:: Action item ::
Repeat word for word the opening stretch of the entries, from the first line through the line containing "f 534 326 325".

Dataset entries
# # # # #

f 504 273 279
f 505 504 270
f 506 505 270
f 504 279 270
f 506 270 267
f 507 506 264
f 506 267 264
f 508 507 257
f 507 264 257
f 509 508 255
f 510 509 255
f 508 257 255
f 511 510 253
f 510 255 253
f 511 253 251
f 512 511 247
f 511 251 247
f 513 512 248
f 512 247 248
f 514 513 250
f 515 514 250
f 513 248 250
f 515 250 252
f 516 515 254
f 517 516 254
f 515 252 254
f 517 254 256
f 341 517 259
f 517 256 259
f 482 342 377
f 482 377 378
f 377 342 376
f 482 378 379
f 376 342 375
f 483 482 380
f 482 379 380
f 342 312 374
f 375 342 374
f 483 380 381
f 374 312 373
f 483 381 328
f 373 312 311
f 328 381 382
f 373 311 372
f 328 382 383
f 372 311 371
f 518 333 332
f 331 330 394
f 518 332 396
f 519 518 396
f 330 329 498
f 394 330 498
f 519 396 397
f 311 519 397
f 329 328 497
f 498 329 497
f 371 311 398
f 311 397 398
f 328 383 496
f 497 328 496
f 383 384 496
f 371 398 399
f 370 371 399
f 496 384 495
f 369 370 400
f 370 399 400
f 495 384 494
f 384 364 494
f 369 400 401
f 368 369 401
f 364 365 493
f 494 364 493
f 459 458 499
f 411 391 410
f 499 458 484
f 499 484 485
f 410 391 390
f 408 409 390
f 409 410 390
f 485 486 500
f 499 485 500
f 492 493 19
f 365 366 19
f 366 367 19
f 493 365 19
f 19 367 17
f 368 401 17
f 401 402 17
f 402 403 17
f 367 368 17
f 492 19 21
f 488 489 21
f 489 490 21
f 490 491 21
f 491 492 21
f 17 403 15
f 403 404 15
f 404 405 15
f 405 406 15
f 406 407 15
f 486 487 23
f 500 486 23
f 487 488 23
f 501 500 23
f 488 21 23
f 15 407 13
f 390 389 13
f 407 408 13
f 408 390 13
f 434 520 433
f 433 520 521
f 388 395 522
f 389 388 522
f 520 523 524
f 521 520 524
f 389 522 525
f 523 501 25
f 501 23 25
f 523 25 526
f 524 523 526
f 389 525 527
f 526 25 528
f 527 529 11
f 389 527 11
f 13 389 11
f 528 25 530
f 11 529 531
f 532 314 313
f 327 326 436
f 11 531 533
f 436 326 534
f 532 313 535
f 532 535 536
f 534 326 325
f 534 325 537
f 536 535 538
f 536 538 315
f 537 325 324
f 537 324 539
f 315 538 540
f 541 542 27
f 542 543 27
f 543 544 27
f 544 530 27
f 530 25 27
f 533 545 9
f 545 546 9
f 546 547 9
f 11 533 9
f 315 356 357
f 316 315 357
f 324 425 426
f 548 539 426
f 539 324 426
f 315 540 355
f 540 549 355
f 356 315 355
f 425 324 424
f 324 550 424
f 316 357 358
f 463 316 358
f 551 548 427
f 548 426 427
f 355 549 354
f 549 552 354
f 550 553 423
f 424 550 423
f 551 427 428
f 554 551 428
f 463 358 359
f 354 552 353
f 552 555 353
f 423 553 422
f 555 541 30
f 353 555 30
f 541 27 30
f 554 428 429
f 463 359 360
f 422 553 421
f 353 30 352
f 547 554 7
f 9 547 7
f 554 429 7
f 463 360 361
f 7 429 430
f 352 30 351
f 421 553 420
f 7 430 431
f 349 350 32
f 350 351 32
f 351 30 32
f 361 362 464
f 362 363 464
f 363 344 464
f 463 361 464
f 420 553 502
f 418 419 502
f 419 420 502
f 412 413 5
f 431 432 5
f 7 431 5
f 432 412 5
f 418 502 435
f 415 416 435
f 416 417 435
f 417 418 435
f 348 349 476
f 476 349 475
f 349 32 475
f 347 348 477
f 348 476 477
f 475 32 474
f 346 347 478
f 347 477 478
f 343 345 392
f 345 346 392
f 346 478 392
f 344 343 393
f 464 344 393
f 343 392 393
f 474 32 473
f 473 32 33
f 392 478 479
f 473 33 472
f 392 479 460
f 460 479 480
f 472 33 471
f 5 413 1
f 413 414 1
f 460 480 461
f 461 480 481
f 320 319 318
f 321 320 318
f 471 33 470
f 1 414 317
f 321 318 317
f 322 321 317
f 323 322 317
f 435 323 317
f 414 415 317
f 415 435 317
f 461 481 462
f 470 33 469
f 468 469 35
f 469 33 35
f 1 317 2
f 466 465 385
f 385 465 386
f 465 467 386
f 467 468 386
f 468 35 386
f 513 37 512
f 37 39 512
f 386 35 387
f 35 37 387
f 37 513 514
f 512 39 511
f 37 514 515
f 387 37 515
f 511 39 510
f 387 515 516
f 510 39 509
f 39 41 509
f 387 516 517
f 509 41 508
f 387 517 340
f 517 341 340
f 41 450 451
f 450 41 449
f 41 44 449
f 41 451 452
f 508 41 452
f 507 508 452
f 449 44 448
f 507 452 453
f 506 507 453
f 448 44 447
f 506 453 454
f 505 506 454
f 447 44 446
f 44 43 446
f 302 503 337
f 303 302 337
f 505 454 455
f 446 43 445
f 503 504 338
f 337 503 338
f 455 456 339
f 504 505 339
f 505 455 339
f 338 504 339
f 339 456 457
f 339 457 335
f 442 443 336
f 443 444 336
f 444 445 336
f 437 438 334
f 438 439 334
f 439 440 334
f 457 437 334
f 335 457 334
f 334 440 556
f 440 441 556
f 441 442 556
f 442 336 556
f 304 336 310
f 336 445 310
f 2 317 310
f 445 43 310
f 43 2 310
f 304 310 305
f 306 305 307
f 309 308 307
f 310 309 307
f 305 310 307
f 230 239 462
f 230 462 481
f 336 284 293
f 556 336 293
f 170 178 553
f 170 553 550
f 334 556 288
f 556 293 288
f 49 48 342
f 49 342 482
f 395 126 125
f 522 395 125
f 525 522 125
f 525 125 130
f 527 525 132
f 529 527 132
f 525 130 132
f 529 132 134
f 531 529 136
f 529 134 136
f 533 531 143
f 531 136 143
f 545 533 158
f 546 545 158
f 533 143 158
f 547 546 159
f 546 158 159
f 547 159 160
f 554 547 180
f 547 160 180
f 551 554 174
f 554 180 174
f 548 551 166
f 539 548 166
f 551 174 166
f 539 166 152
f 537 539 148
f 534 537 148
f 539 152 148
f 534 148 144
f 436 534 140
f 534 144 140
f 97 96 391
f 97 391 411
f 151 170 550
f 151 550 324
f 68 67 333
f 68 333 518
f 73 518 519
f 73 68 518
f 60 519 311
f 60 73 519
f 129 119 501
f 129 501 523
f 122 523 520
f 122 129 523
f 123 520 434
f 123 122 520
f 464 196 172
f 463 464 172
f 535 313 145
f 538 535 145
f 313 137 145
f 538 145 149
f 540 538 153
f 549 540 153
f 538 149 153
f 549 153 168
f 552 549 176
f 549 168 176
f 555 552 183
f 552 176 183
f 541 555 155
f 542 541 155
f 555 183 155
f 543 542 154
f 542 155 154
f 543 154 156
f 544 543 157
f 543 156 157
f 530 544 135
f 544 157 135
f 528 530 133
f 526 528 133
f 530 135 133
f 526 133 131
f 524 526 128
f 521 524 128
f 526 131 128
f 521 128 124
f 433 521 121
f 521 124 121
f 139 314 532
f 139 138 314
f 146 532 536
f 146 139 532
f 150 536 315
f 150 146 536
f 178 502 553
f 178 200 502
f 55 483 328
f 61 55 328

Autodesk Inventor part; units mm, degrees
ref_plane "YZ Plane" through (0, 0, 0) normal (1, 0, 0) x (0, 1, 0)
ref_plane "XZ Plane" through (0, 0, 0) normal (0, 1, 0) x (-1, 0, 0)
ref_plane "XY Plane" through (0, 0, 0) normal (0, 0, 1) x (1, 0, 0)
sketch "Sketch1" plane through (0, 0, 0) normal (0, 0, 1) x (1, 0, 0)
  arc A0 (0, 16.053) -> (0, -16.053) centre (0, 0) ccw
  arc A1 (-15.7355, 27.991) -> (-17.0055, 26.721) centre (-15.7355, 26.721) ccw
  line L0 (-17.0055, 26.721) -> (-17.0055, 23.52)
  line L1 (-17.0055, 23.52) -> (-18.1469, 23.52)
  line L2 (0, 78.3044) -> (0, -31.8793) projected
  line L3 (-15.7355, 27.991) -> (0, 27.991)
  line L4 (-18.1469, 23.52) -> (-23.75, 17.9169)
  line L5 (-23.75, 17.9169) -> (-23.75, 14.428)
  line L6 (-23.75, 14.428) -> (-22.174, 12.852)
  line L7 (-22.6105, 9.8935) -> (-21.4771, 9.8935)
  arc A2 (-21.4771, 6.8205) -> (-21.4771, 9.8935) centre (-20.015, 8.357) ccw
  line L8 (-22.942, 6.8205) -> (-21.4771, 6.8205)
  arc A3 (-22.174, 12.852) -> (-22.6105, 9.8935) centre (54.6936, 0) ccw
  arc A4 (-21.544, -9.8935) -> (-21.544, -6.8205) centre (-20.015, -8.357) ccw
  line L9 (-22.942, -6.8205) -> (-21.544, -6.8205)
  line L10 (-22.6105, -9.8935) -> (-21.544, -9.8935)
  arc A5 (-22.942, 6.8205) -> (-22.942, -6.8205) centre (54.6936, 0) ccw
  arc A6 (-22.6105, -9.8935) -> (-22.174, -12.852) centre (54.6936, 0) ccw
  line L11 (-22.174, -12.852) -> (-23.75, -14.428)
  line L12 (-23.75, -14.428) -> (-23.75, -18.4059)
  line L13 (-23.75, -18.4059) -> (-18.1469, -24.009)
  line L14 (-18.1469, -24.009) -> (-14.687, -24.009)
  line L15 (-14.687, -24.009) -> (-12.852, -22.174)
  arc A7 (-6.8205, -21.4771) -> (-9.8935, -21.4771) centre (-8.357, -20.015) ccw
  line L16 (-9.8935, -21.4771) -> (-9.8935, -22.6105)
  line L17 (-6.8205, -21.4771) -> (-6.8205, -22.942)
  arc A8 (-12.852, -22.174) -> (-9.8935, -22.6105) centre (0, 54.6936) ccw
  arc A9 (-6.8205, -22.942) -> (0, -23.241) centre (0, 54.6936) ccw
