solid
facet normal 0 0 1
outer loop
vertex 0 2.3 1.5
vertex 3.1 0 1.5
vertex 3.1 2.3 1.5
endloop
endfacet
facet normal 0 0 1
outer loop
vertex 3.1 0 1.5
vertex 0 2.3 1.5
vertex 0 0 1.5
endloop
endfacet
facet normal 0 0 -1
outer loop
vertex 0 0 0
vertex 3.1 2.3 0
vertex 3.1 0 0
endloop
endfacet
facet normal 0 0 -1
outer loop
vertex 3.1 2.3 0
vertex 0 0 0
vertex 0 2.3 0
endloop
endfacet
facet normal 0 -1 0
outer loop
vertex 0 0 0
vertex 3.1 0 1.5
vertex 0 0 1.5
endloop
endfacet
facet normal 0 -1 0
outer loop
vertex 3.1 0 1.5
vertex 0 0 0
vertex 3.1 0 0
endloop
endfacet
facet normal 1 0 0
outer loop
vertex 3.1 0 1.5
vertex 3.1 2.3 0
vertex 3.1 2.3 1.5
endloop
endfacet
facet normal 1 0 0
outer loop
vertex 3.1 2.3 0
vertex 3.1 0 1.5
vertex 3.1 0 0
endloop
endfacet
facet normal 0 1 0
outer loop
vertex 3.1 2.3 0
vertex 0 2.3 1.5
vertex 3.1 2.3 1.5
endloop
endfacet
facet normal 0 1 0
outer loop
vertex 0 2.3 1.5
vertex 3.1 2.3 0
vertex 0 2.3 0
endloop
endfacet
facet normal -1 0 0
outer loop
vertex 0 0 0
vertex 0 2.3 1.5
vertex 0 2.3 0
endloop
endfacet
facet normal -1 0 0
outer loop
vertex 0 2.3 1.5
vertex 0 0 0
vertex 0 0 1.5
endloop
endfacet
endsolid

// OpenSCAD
$fn = 200;

min_thick=0.3;
fix = 0.1;
a_few = 2;
a_lot = 100;
outer_r=40;
inner_r=14;

inner_thick = 4;

thick=7;

overhang_width = 1;

magnet_r = 1.5;
magnet_h = 1.6;
magnet_dinstance = 0.5;

magnet_r_play = 0.3;
magnet_h_play = 1.2;

magnet_void_r = magnet_r+magnet_r_play;
magnet_void_h = magnet_h+magnet_h_play;


upright_length = 50;

traverse_thick = 5.5;
traverse_length = 22;
traverse_height=sin(45)*traverse_length;

traverse_magnet_shift = 0.1;

cap_play = 0.5;
cap_hangover = 0.5;
cap_width = magnet_void_r*2-cap_play;
cap_height = magnet_void_h-cap_play;

cap_deep = 2;

module magnet() {
    color("red")
    cylinder(r=magnet_void_r, h=magnet_void_h);
}

module magnet_void(degree=0) {
    rotate([0,0,degree])
    color("red")
    hull() {
        magnet();
        
        translate([8,0,0])
        magnet();
    }
    
//    magnet();
}



module outer_wheel() {
    difference() {    
        cylinder(r=outer_r, h=thick);
        translate([0,0,-fix])
        cylinder(r=outer_r-thick, h=thick+fix*2);
    }
}

module inner_wheel() {
    difference() {    
        cylinder(r=inner_r+inner_thick, h=inner_thick+1);
        translate([0,0,-fix])
        cylinder(r=inner_r, h=thick+fix*2);
    }
    
    difference() {    
        cylinder(r=inner_r+overhang_width, h=overhang_width);
        translate([0,0,-fix])
        cylinder(r=inner_r-overhang_width, h=overhang_width+fix*2);
    }
}





module radius() {
    translate([inner_r+a_few,-thick/2,0])
    cube([outer_r-inner_r-a_few*2,thick, inner_thick]);
}

module wheel() {
    outer_wheel();
    inner_wheel();
    radius();
    rotate([0,0,120])
    radius();
    rotate([0,0,240])
    radius();
}

module upright() {
    
    difference() {
        union() {
            translate([outer_r-thick,-thick/2,-upright_length])
            cube([thick, thick, upright_length]);
            
            translate([outer_r-thick,-traverse_thick/2,-traverse_height])
            rotate([0,-45,0])
            cube([traverse_thick, traverse_thick, traverse_length]);
        }
        
        translate([0,-a_lot/2,0])
        cube([a_lot,a_lot,a_lot]);        
    }    

}


module cap() {
    
    translate([cap_hangover,cap_hangover])
    cube([cap_width,cap_height,cap_deep]);

    cube([cap_width+cap_hangover*2,cap_height+cap_hangover*2,cap_hangover]);
}

module cap2() {
    cube([cap_width,cap_height,cap_deep-cap_hangover]);

}

module sim_upright() {
    
    difference() {
        upright();
    
        translate([outer_r-thick/2,0,-magnet_void_h - magnet_dinstance])
        magnet_void(0);
        
        translate([outer_r-thick-traverse_height+traverse_thick+traverse_magnet_shift,0, -magnet_void_h-magnet_dinstance])
        magnet_void(90);
    }
}

module sim_uprights() {
    sim_upright();
    
    rotate([0,0,120])
    sim_upright();
    

    rotate([0,0,240])
    sim_upright();
}


module sim_wheel() {
    
    module voids() {
        translate([outer_r-thick/2,0,magnet_dinstance])
        magnet_void(0);
        
        translate([outer_r-thick-traverse_height+traverse_thick+traverse_magnet_shift,0,magnet_dinstance])
        magnet_void(90);
    }
    
    difference() {
        wheel();

        voids();
        
        rotate([0,0,120])
        voids();

        rotate([0,0,240])        
        voids();
        
    }
}

module print_caps() {
    n = 1;
    m = 1;
    dinstance = 7;
    
    cube([n*dinstance+cap_width+cap_hangover*2, m*dinstance+cap_height+cap_hangover*2,min_thick/2]);
    for(i = [0:n]) {
        for(j = [0:m]) {
            translate([i*dinstance,j*dinstance,0])
            cap();
        }
    }
        
    
}

module print_upright() {
    sim_upright();
    translate([17,-7,-min_thick/2])
    cube([24,14,min_thick/2]);
}

//intersection() {
//    sim_wheel();
//    translate([outer_r-10,-5,0])
//    cube(10,10,10);
//}

//sim_wheel();

//sim_upright();
//print_upright();
//sim_uprights();

//print_caps();

//cap();

cap2();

# # # # #

:: Result for this exercise ::
f 504 273 279
f 505 504 270
f 506 505 270
f 504 279 270
f 506 270 267
f 507 506 264
f 506 267 264
f 508 507 257
f 507 264 257
f 509 508 255
f 510 509 255
f 508 257 255
f 511 510 253
f 510 255 253
f 511 253 251
f 512 511 247
f 511 251 247
f 513 512 248
f 512 247 248
f 514 513 250
f 515 514 250
f 513 248 250
f 515 250 252
f 516 515 254
f 517 516 254
f 515 252 254
f 517 254 256
f 341 517 259
f 517 256 259
f 482 342 377
f 482 377 378
f 377 342 376
f 482 378 379
f 376 342 375
f 483 482 380
f 482 379 380
f 342 312 374
f 375 342 374
f 483 380 381
f 374 312 373
f 483 381 328
f 373 312 311
f 328 381 382
f 373 311 372
f 328 382 383
f 372 311 371
f 518 333 332
f 331 330 394
f 518 332 396
f 519 518 396
f 330 329 498
f 394 330 498
f 519 396 397
f 311 519 397
f 329 328 497
f 498 329 497
f 371 311 398
f 311 397 398
f 328 383 496
f 497 328 496
f 383 384 496
f 371 398 399
f 370 371 399
f 496 384 495
f 369 370 400
f 370 399 400
f 495 384 494
f 384 364 494
f 369 400 401
f 368 369 401
f 364 365 493
f 494 364 493
f 459 458 499
f 411 391 410
f 499 458 484
f 499 484 485
f 410 391 390
f 408 409 390
f 409 410 390
f 485 486 500
f 499 485 500
f 492 493 19
f 365 366 19
f 366 367 19
f 493 365 19
f 19 367 17
f 368 401 17
f 401 402 17
f 402 403 17
f 367 368 17
f 492 19 21
f 488 489 21
f 489 490 21
f 490 491 21
f 491 492 21
f 17 403 15
f 403 404 15
f 404 405 15
f 405 406 15
f 406 407 15
f 486 487 23
f 500 486 23
f 487 488 23
f 501 500 23
f 488 21 23
f 15 407 13
f 390 389 13
f 407 408 13
f 408 390 13
f 434 520 433
f 433 520 521
f 388 395 522
f 389 388 522
f 520 523 524
f 521 520 524
f 389 522 525
f 523 501 25
f 501 23 25
f 523 25 526
f 524 523 526
f 389 525 527
f 526 25 528
f 527 529 11
f 389 527 11
f 13 389 11
f 528 25 530
f 11 529 531
f 532 314 313
f 327 326 436
f 11 531 533
f 436 326 534
f 532 313 535
f 532 535 536
f 534 326 325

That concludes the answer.